[Dataset entries]
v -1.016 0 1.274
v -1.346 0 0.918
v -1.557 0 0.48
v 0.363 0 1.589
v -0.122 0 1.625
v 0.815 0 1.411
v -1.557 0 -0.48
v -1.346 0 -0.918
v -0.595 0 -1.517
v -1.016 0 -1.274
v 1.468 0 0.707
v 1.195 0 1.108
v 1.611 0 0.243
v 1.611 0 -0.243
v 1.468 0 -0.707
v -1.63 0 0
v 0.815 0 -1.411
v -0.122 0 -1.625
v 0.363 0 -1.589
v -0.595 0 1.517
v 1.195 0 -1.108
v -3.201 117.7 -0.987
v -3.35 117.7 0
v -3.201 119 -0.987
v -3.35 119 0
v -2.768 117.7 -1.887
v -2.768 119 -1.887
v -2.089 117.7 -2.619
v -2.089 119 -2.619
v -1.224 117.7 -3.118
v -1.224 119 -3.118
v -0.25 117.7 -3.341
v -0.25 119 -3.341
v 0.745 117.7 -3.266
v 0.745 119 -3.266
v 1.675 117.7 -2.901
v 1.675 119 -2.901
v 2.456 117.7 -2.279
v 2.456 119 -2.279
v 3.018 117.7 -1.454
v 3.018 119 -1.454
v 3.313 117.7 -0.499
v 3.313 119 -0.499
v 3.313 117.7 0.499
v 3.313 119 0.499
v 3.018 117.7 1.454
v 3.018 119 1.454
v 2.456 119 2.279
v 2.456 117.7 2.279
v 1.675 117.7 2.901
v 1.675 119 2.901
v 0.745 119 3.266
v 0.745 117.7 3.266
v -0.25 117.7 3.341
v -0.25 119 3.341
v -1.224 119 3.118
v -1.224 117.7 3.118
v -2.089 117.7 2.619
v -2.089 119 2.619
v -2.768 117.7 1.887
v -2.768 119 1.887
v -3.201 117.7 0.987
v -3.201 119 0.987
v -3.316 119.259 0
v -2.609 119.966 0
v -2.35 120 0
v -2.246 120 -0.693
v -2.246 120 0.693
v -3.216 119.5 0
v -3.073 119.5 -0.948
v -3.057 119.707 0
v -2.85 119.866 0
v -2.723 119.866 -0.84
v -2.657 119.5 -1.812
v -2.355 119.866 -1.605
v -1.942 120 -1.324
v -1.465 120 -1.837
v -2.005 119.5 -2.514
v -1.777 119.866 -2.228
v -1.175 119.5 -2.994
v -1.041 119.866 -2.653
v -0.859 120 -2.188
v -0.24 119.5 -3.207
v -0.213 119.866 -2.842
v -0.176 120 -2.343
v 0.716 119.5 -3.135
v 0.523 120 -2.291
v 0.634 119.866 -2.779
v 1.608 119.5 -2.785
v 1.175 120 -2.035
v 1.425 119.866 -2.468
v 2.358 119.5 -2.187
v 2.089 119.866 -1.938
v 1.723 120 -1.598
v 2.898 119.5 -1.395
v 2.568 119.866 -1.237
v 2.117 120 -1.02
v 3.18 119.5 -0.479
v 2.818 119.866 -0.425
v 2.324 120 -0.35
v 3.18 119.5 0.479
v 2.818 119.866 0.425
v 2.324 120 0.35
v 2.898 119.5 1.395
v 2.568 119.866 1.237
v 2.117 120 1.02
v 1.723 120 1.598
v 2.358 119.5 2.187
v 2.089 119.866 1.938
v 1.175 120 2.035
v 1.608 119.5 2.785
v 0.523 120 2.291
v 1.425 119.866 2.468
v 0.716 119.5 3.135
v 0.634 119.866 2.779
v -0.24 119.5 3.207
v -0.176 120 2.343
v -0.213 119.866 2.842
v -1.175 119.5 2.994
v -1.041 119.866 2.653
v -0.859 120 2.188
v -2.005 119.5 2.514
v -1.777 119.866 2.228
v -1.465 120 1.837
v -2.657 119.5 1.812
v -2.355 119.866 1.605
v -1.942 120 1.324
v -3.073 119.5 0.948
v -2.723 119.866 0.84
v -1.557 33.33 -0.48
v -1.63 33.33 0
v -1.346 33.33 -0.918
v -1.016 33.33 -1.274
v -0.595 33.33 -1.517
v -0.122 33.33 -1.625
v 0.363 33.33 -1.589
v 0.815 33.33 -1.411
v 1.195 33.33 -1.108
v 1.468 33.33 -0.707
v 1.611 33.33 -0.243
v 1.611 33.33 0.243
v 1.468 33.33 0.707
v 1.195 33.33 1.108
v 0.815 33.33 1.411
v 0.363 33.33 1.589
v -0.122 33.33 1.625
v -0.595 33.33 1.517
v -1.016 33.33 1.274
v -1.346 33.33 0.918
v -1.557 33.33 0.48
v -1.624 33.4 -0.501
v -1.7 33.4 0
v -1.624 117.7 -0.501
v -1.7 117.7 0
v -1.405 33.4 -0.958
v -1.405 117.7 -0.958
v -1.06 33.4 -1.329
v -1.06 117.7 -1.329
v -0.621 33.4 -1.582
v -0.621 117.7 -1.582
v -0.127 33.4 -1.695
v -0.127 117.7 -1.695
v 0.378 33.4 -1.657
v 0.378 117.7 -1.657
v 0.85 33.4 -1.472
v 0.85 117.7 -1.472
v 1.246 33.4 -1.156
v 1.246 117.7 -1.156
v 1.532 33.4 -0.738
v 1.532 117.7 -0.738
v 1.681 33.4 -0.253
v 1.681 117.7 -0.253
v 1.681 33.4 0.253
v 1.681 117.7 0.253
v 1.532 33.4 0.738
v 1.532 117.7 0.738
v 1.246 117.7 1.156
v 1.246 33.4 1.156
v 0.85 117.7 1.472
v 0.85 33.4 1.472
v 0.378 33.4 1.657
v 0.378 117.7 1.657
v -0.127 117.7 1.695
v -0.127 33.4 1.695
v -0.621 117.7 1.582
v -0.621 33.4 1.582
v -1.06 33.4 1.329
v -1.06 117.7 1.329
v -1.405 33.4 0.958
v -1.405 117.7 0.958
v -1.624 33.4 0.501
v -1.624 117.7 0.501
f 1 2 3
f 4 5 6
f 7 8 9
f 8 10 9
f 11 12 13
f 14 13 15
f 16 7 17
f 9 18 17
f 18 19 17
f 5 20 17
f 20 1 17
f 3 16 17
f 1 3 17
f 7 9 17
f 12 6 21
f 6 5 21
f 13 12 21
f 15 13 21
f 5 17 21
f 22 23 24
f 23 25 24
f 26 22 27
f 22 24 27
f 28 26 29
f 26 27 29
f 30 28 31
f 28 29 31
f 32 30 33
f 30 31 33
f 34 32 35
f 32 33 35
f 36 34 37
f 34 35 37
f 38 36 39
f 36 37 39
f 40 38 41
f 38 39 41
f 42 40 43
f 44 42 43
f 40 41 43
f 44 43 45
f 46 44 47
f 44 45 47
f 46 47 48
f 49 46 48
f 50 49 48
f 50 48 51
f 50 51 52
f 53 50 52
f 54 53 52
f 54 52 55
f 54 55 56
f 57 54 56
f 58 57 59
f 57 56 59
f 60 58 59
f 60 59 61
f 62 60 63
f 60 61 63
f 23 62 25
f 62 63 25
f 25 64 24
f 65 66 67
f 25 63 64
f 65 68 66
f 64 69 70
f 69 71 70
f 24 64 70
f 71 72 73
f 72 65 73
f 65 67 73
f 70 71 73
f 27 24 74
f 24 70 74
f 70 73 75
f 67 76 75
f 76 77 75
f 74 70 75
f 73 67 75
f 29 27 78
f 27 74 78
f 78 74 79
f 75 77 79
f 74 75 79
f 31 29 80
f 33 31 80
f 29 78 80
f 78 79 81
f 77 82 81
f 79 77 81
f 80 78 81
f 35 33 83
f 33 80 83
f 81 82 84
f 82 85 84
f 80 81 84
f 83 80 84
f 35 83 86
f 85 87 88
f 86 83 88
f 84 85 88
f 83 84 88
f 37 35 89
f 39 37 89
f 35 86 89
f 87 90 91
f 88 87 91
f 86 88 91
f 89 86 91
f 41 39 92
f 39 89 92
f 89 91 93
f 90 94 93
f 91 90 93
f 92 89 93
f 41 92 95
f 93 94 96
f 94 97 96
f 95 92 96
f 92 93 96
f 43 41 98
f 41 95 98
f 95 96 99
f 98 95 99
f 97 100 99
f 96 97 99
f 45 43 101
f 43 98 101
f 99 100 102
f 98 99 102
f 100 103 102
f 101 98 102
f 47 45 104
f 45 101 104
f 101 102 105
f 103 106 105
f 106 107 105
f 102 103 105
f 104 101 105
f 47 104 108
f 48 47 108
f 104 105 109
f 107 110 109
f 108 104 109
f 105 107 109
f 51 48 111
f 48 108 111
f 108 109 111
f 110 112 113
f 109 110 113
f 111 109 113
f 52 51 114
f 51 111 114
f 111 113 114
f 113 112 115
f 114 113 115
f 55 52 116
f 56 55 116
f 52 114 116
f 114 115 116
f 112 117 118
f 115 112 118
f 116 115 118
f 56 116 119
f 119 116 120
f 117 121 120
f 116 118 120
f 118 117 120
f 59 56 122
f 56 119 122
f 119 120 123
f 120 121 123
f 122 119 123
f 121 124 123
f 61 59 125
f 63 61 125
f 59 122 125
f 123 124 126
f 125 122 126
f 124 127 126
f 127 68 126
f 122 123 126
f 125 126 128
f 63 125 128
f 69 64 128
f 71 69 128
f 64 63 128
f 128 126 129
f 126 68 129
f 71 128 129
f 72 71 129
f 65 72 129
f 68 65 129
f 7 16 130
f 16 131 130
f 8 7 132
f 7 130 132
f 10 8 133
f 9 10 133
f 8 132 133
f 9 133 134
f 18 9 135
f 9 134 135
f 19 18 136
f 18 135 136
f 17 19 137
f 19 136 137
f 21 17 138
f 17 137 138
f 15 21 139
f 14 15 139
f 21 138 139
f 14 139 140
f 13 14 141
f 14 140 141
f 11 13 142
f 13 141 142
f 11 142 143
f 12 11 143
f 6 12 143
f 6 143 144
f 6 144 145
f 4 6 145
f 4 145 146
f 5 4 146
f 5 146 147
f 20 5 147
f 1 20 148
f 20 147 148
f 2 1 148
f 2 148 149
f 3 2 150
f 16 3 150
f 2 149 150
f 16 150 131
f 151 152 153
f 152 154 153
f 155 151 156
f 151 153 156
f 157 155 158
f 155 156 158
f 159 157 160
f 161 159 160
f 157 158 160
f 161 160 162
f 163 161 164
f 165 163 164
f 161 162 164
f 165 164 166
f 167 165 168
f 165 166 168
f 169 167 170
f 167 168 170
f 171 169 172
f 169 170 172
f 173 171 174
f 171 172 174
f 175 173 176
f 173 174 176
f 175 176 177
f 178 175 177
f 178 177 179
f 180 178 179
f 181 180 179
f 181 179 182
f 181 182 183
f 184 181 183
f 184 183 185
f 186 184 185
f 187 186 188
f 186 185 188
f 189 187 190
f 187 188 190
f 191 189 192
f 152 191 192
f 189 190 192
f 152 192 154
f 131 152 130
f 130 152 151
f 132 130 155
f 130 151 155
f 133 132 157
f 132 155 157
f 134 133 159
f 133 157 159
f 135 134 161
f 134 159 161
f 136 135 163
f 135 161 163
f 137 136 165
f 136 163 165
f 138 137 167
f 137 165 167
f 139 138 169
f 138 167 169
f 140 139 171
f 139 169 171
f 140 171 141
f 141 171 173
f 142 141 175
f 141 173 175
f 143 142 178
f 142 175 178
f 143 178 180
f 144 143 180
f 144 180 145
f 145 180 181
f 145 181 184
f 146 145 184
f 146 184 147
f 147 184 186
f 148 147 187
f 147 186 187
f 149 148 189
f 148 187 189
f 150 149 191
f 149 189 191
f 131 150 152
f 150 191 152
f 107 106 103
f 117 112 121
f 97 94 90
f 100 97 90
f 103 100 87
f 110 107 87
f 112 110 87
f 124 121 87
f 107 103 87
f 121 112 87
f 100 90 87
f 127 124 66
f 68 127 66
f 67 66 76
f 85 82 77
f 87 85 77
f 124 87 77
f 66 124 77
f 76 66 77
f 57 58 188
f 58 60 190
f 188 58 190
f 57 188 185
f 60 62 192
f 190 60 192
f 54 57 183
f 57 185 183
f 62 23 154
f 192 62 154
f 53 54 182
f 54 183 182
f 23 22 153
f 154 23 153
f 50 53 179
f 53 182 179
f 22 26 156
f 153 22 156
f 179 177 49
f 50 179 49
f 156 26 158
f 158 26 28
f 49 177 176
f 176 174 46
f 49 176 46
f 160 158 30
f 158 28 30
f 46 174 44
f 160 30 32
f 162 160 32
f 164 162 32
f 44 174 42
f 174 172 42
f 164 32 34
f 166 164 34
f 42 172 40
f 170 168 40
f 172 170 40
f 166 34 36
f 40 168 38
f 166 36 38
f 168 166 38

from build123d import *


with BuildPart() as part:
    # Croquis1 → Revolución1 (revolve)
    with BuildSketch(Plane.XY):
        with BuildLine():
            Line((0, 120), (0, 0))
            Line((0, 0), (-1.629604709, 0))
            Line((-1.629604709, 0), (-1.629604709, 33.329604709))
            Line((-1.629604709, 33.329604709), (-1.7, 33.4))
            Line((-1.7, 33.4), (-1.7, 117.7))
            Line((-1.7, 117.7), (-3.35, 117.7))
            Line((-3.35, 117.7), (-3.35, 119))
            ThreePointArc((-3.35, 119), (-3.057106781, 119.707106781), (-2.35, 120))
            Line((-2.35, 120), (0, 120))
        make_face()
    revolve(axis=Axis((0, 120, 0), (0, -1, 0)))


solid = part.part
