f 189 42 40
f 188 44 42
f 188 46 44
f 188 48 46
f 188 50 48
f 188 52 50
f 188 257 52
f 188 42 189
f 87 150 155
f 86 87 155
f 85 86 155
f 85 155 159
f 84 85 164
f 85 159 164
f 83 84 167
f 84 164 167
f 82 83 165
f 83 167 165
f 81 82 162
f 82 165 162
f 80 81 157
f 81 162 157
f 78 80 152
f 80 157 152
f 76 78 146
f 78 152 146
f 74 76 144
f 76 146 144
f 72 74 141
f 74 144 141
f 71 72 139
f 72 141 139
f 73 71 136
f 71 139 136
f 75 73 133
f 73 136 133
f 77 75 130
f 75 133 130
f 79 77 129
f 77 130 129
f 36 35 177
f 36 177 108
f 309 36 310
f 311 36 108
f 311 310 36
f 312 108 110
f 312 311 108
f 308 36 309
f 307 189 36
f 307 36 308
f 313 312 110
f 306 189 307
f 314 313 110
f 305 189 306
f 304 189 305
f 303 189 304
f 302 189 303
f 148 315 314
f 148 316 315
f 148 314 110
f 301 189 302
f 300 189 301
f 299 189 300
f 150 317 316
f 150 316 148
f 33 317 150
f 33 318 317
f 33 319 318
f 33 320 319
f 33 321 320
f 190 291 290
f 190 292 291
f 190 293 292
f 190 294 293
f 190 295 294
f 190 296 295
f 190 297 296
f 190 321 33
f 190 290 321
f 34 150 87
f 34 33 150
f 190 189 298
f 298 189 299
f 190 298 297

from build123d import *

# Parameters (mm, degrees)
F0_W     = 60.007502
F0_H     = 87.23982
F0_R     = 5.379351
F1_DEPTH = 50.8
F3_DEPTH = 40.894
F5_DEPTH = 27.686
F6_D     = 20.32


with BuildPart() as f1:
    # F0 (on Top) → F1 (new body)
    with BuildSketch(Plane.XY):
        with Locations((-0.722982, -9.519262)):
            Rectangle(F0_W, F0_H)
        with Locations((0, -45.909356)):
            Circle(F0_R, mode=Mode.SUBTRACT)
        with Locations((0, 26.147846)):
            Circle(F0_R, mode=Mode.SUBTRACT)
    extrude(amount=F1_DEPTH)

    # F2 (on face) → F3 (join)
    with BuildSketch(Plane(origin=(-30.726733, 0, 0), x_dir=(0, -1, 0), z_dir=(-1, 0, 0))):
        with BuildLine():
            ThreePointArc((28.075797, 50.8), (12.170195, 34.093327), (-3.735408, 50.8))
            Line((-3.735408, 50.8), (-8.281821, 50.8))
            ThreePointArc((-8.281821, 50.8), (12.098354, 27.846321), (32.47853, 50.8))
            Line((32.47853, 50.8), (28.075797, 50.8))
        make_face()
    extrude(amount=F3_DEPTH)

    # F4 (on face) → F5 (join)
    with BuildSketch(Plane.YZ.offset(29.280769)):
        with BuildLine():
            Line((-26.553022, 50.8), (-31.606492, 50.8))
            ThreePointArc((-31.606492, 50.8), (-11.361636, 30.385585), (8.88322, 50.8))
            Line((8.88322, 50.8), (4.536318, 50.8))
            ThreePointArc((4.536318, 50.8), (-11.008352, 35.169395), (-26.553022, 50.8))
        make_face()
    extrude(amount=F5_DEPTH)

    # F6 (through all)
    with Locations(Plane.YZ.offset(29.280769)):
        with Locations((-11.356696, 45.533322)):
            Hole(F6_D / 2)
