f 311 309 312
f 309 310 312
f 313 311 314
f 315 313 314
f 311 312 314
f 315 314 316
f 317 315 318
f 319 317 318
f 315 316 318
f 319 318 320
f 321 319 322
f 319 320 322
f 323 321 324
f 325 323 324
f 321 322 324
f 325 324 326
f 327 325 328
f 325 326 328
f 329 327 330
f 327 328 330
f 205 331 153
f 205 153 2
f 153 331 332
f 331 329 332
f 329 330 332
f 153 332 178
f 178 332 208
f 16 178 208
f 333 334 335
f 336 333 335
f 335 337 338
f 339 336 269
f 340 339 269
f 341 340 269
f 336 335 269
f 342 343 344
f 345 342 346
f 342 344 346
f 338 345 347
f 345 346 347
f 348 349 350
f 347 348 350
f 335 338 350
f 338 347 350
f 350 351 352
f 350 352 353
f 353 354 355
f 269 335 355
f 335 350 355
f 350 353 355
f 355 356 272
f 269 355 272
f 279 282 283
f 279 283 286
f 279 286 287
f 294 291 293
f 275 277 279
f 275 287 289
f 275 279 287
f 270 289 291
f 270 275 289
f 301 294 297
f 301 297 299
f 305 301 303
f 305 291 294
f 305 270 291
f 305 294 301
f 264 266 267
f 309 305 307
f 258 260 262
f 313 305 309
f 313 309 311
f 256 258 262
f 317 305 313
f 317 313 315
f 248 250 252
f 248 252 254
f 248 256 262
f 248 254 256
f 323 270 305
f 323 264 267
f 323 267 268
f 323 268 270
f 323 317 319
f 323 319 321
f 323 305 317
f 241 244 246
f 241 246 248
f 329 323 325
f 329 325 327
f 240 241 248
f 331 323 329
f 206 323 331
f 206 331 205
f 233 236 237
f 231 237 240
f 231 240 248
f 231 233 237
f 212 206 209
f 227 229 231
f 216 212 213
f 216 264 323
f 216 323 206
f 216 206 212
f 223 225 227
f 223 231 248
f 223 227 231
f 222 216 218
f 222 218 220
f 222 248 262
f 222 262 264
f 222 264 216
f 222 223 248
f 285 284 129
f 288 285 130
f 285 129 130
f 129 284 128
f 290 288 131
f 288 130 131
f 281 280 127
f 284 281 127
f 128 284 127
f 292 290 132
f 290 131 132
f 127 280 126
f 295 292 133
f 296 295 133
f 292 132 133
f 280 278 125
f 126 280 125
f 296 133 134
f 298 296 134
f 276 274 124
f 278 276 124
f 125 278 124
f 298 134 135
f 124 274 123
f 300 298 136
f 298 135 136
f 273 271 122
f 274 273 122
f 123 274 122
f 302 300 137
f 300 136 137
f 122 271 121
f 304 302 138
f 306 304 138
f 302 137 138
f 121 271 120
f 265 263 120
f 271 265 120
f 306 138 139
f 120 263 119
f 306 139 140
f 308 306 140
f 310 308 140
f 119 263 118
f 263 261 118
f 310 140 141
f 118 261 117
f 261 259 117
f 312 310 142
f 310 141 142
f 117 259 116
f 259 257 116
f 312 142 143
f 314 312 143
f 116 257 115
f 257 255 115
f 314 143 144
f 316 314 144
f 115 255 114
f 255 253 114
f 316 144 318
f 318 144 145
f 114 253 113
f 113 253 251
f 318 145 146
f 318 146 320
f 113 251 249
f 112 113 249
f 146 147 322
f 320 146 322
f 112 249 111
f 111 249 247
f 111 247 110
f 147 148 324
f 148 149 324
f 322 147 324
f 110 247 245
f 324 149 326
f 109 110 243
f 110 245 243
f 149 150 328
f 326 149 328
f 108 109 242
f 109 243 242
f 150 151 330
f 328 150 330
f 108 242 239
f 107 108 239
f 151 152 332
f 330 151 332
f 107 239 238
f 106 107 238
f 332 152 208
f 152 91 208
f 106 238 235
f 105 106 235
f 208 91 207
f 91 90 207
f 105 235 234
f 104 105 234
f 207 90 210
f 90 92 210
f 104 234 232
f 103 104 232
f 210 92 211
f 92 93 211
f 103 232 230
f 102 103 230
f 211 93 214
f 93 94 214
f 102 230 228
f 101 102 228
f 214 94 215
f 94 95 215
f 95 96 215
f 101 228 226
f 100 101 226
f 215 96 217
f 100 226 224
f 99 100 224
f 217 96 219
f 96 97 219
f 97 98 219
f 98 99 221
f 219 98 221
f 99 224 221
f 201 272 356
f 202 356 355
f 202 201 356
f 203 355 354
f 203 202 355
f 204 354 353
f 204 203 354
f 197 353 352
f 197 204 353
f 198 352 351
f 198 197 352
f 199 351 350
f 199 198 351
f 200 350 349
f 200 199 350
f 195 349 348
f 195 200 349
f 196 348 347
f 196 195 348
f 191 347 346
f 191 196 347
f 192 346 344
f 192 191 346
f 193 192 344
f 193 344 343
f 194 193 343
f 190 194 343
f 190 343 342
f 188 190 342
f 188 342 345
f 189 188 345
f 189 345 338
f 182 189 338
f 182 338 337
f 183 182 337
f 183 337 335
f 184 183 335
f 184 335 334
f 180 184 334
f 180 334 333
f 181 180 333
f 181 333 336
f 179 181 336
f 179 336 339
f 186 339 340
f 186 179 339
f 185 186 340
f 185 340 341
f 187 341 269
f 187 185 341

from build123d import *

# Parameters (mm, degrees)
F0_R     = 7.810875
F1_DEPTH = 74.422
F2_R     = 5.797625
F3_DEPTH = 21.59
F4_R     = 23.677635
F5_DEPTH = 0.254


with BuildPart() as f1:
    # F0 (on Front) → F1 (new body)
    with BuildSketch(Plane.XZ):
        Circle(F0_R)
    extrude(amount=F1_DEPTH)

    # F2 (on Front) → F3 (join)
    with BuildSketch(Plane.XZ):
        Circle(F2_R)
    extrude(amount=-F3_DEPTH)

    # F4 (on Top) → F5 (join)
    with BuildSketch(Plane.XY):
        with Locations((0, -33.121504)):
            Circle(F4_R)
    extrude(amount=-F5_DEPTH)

What you need to do: Return only the part of the records above that opens with the line containing "f 166 34 36" and closes with the line containing "f 71 139 136", ends included.

Written response:
f 166 34 36
f 40 168 38
f 166 36 38
f 168 166 38

from build123d import *


with BuildPart() as part:
    # Croquis1 → Revolución1 (revolve)
    with BuildSketch(Plane.XY):
        with BuildLine():
            Line((0, 120), (0, 0))
            Line((0, 0), (-1.629604709, 0))
            Line((-1.629604709, 0), (-1.629604709, 33.329604709))
            Line((-1.629604709, 33.329604709), (-1.7, 33.4))
            Line((-1.7, 33.4), (-1.7, 117.7))
            Line((-1.7, 117.7), (-3.35, 117.7))
            Line((-3.35, 117.7), (-3.35, 119))
            ThreePointArc((-3.35, 119), (-3.057106781, 119.707106781), (-2.35, 120))
            Line((-2.35, 120), (0, 120))
        make_face()
    revolve(axis=Axis((0, 120, 0), (0, -1, 0)))


solid = part.part
f 189 42 40
f 188 44 42
f 188 46 44
f 188 48 46
f 188 50 48
f 188 52 50
f 188 257 52
f 188 42 189
f 87 150 155
f 86 87 155
f 85 86 155
f 85 155 159
f 84 85 164
f 85 159 164
f 83 84 167
f 84 164 167
f 82 83 165
f 83 167 165
f 81 82 162
f 82 165 162
f 80 81 157
f 81 162 157
f 78 80 152
f 80 157 152
f 76 78 146
f 78 152 146
f 74 76 144
f 76 146 144
f 72 74 141
f 74 144 141
f 71 72 139
f 72 141 139
f 73 71 136
f 71 139 136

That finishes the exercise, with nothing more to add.